In both of the previous scenarios recovery of function occurred after only a short period of reduced loading, essentially the duration of time needed for the resolution of inflammation and any other blatant pathology. A rapid return to full functional load is required to induce adaptation and recovery. Even in the infarcted heart, a return to normal load represents a functional overload of the remaining tissue – the same amount of force must initially be generated by a smaller muscle mass, so it is a higher relative load. The adaptation that facilitates the return to normal function is due to the stress to the system produced by the decrease in function of the injured area. The injury that necessitates the compensation is the source of the stress to the surrounding tissues, and they respond by adapting to the new demands placed on them. Without the injury the adaptation would not occur, and in the absence of stress no adaptation ever occurs. While caution is advised in order to avoid further injury, the belief that rehabilitation can occur in the absence of overload represents a failure to comprehend the basic tenets of the physiology and mechanics of the living human body.
Most injuries experienced in the weight room, on the field, or in life do not rise to the severity of necrosis of any tissue. They are inconvenient, painful, aggravating, and potentially expensive to deal with, but they do not alter the quality of life for a significant period of time. But the same principles apply to healing them that apply to more severe injuries, because the mechanisms that cause them to heal are the same. The concept of letting an injury heal beyond an initial few days reflects a lack of understanding of the actual processes that cause the return to function. A less severe injury that does not involve tissue necrosis nonetheless involves an overload of the immediate ability of the compromised tissue, thus stimulating the processes that cause repair.

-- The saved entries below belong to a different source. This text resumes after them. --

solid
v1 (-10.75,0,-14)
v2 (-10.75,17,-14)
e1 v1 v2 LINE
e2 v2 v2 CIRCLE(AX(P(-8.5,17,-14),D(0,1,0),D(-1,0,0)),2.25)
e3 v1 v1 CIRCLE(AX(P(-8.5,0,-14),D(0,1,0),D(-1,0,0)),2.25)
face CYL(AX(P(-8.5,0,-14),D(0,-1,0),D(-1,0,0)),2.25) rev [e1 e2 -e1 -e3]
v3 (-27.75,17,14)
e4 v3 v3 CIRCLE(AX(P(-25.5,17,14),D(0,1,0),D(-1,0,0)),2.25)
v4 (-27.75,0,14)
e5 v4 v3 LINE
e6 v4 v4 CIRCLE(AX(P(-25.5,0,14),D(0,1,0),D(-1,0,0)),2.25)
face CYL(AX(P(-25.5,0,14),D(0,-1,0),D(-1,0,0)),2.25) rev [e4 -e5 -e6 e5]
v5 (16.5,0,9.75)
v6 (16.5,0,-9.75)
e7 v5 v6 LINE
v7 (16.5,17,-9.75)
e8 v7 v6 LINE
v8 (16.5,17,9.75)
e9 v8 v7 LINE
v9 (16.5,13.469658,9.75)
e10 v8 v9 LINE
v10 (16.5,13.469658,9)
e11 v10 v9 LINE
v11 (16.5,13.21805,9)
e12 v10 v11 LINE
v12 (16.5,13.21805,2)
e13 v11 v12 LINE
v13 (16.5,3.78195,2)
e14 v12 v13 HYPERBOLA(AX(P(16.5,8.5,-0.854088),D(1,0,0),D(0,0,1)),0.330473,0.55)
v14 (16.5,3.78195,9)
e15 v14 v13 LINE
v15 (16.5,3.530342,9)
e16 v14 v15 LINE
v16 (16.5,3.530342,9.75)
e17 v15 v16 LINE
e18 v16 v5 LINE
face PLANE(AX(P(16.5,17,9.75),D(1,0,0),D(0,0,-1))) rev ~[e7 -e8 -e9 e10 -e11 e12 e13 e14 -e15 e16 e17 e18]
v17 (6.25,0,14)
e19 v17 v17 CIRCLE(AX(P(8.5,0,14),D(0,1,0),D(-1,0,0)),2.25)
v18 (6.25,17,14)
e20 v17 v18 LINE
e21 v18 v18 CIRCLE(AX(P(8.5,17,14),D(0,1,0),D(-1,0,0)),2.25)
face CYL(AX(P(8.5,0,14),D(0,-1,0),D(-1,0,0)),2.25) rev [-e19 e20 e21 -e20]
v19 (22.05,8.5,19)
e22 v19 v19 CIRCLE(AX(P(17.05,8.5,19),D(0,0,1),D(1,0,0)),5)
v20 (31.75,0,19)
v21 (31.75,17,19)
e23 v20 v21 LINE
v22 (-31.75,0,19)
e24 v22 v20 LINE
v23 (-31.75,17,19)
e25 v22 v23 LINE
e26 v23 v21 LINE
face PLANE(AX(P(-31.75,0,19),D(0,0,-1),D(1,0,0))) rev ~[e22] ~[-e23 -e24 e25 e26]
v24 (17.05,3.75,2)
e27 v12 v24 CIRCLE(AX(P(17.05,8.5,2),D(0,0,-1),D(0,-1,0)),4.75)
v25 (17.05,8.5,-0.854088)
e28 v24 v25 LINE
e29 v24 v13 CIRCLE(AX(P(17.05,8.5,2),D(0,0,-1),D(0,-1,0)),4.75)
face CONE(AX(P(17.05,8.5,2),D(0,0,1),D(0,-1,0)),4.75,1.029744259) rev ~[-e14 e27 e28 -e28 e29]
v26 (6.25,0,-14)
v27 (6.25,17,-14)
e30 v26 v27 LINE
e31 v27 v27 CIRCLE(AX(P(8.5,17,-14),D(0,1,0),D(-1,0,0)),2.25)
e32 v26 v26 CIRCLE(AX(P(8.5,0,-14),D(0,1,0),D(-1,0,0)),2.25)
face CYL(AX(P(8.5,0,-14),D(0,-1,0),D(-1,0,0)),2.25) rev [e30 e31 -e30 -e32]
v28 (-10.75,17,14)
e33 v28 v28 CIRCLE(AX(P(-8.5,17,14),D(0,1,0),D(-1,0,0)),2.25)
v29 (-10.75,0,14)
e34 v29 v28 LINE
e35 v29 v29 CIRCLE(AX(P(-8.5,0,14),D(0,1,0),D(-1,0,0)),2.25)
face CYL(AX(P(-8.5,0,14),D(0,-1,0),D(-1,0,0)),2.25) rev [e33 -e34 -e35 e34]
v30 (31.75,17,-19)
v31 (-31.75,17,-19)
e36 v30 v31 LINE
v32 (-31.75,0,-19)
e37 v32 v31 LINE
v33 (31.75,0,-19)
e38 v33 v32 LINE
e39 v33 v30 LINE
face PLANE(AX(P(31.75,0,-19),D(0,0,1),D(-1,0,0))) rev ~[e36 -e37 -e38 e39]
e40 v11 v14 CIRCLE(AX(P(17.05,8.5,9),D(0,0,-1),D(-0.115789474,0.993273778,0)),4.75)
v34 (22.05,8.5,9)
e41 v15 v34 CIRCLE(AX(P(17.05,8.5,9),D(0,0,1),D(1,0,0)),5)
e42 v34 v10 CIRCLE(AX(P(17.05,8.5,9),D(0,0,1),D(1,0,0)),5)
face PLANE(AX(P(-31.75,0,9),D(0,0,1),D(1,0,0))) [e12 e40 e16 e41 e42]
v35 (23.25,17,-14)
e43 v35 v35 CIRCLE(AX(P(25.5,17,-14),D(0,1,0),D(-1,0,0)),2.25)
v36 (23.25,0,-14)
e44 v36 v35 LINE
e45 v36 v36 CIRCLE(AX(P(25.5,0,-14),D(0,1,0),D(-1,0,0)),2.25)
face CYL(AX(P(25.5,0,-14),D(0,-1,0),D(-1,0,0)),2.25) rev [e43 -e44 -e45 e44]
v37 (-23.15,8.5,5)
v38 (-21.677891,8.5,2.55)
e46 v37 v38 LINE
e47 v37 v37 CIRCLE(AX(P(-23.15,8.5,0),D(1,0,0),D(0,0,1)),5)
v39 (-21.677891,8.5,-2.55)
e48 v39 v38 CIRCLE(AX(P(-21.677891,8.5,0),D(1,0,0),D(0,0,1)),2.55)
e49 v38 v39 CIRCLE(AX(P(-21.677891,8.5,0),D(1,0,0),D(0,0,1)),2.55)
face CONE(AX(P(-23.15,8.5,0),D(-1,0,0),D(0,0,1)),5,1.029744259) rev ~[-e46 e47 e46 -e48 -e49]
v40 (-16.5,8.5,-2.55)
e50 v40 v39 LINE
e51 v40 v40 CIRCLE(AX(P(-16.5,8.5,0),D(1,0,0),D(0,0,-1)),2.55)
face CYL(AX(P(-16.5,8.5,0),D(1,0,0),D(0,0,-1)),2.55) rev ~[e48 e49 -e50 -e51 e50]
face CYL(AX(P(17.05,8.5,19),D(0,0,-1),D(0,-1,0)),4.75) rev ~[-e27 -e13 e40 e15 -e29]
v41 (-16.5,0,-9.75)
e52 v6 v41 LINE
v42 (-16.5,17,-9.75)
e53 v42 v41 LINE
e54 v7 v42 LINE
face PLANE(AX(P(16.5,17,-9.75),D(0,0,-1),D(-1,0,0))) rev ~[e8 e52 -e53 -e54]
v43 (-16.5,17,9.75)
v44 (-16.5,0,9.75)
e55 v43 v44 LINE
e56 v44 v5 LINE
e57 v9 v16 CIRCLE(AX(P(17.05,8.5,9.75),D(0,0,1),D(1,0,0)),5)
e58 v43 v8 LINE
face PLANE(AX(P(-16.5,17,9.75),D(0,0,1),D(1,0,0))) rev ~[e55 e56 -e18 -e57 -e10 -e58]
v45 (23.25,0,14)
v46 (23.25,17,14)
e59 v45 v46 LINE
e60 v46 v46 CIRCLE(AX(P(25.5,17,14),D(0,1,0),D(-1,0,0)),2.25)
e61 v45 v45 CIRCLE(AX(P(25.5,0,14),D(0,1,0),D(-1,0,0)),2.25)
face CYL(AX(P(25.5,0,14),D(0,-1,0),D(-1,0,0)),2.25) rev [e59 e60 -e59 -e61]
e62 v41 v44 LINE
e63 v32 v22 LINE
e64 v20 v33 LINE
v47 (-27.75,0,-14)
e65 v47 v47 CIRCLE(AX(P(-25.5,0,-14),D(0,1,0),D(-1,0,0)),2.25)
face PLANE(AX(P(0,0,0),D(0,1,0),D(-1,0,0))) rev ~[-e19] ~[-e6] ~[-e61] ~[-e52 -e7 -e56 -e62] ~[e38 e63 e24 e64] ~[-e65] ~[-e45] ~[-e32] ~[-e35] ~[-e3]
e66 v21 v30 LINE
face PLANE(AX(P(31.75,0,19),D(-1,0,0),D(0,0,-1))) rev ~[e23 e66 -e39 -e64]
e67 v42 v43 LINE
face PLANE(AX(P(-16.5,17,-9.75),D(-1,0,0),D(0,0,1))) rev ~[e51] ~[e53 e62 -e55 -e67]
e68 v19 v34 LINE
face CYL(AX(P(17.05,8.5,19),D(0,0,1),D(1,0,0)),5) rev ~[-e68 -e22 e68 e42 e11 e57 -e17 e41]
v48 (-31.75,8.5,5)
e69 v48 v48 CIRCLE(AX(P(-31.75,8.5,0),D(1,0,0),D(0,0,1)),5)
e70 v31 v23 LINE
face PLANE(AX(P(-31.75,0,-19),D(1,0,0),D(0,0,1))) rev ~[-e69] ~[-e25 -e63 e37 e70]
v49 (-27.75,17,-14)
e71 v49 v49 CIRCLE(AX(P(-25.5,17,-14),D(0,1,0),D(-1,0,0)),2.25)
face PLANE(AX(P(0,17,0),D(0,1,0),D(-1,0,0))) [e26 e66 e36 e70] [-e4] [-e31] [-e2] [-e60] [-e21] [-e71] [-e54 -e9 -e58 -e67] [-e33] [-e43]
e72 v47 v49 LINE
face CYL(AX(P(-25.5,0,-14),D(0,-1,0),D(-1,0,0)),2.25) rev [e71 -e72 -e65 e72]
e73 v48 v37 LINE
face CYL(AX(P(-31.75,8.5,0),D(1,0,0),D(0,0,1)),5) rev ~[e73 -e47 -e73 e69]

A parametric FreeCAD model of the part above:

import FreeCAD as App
import Part
import Sketcher
from FreeCAD import Vector

doc = App.newDocument("Part")
body = doc.addObject("PartDesign::Body", "Body")

# Sketch on XZ plane
sketch1 = body.newObject("Sketcher::SketchObject", "Sketch")
sketch1.AttachmentSupport = (doc.getObject("XZ_Plane"), [""])
sketch1.MapMode = "FlatFace"
sketch1.addGeometry([
    Part.LineSegment(Vector(-31.75, -19, 0), Vector(-31.75, 19, 0)),  # 0
    Part.LineSegment(Vector(-31.75, 19, 0), Vector(31.75, 19, 0)),  # 1
    Part.LineSegment(Vector(31.75, 19, 0), Vector(31.75, -19, 0)),  # 2
    Part.LineSegment(Vector(31.75, -19, 0), Vector(-31.75, -19, 0)),  # 3
    Part.Circle(Vector(25.5, -14, 0), Vector(0, 0, 1), 2.25),  # 4
    Part.Circle(Vector(8.5, -14, 0), Vector(0, 0, 1), 2.25),  # 5
    Part.Circle(Vector(-8.5, -14, 0), Vector(0, 0, 1), 2.25),  # 6
    Part.Circle(Vector(-25.5, -14, 0), Vector(0, 0, 1), 2.25),  # 7
    Part.Circle(Vector(25.5, 14, 0), Vector(0, 0, 1), 2.25),  # 8
    Part.Circle(Vector(8.5, 14, 0), Vector(0, 0, 1), 2.25),  # 9
    Part.Circle(Vector(-8.5, 14, 0), Vector(0, 0, 1), 2.25),  # 10
    Part.Circle(Vector(-25.5, 14, 0), Vector(0, 0, 1), 2.25),  # 11
], False)
sketch1.addConstraint([
    Sketcher.Constraint("Coincident", 0, 2, 1, 1),
    Sketcher.Constraint("Coincident", 1, 2, 2, 1),
    Sketcher.Constraint("Coincident", 2, 2, 3, 1),
    Sketcher.Constraint("Coincident", 3, 2, 0, 1),
    Sketcher.Constraint("Vertical", 0),
    Sketcher.Constraint("Horizontal", 1),
    Sketcher.Constraint("Vertical", 2),
    Sketcher.Constraint("Horizontal", 3),
    Sketcher.Constraint("Equal", 4, 5),
    Sketcher.Constraint("Equal", 5, 6),
    Sketcher.Constraint("Equal", 6, 7),
    Sketcher.Constraint("Equal", 7, 8),
    Sketcher.Constraint("Equal", 8, 9),
    Sketcher.Constraint("Equal", 9, 10),
    Sketcher.Constraint("Equal", 10, 11),
    Sketcher.Constraint("Symmetric", 7, 3, 8, 3, -1, 1),
    Sketcher.Constraint("Symmetric", 6, 3, 9, 3, -1, 1),
    Sketcher.Constraint("Symmetric", 5, 3, 10, 3, -1, 1),
    Sketcher.Constraint("Symmetric", 4, 3, 11, 3, -1, 1),
    Sketcher.Constraint("Symmetric", 0, 2, 2, 2, -1, 1),
    Sketcher.Constraint("Symmetric", 5, 3, 6, 3, -2),
    Sketcher.Constraint("Symmetric", 4, 3, 7, 3, -2),
    Sketcher.Constraint("Horizontal", 4, 3, 5, 3),
    Sketcher.Constraint("DistanceY", 0, 1, 0, 2, 38.0),
    Sketcher.Constraint("DistanceX", 1, 1, 1, 2, 63.5),
    Sketcher.Constraint("DistanceX", 5, 3, 4, 3, 17.0),
    Sketcher.Constraint("DistanceX", 6, 3, 5, 3, 17.0),
    Sketcher.Constraint("Diameter", 4, 4.5),
    Sketcher.Constraint("DistanceY", 4, 3, -1, 1, 14.0),
])
pad1 = body.newObject("PartDesign::Pad", "Pad")
pad1.Profile = sketch1
pad1.Length = 17
pad1.Reversed = True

In this particular instance, care must be taken to ensure that the structure that is healing receives its normal proportion of the load, because the object is to return this particular structure to full function, not to allow the adjacent structures to assume the load and thus preventing the injury from healing fully. This is accomplished by the enforcement of very strict technique during exercise of the injured area. It hurts worse this way, but the long term return to full function depends on the correct amount of stress to the injured area.
During supervised rehabilitation, the workloads used should be light enough to allow recovery of function locally, within the injured tissue, but that this load is not stressful enough systemically to maintain advanced fitness levels. When the athlete is released to unrestricted activity, enough detraining has occurred systemically that it will require a change in programming. Six to eight weeks in rehabilitation can result in the loss of enough overall performance to warrant the use of simple progression, even for an elite athlete. Once pre-injury or pre-disease performance levels have been regained, a return normal training at that level can follow. As discussed earlier, strength is a resilient quality, and the recovery of strength lost through detraining is possible much faster than it was initially gained.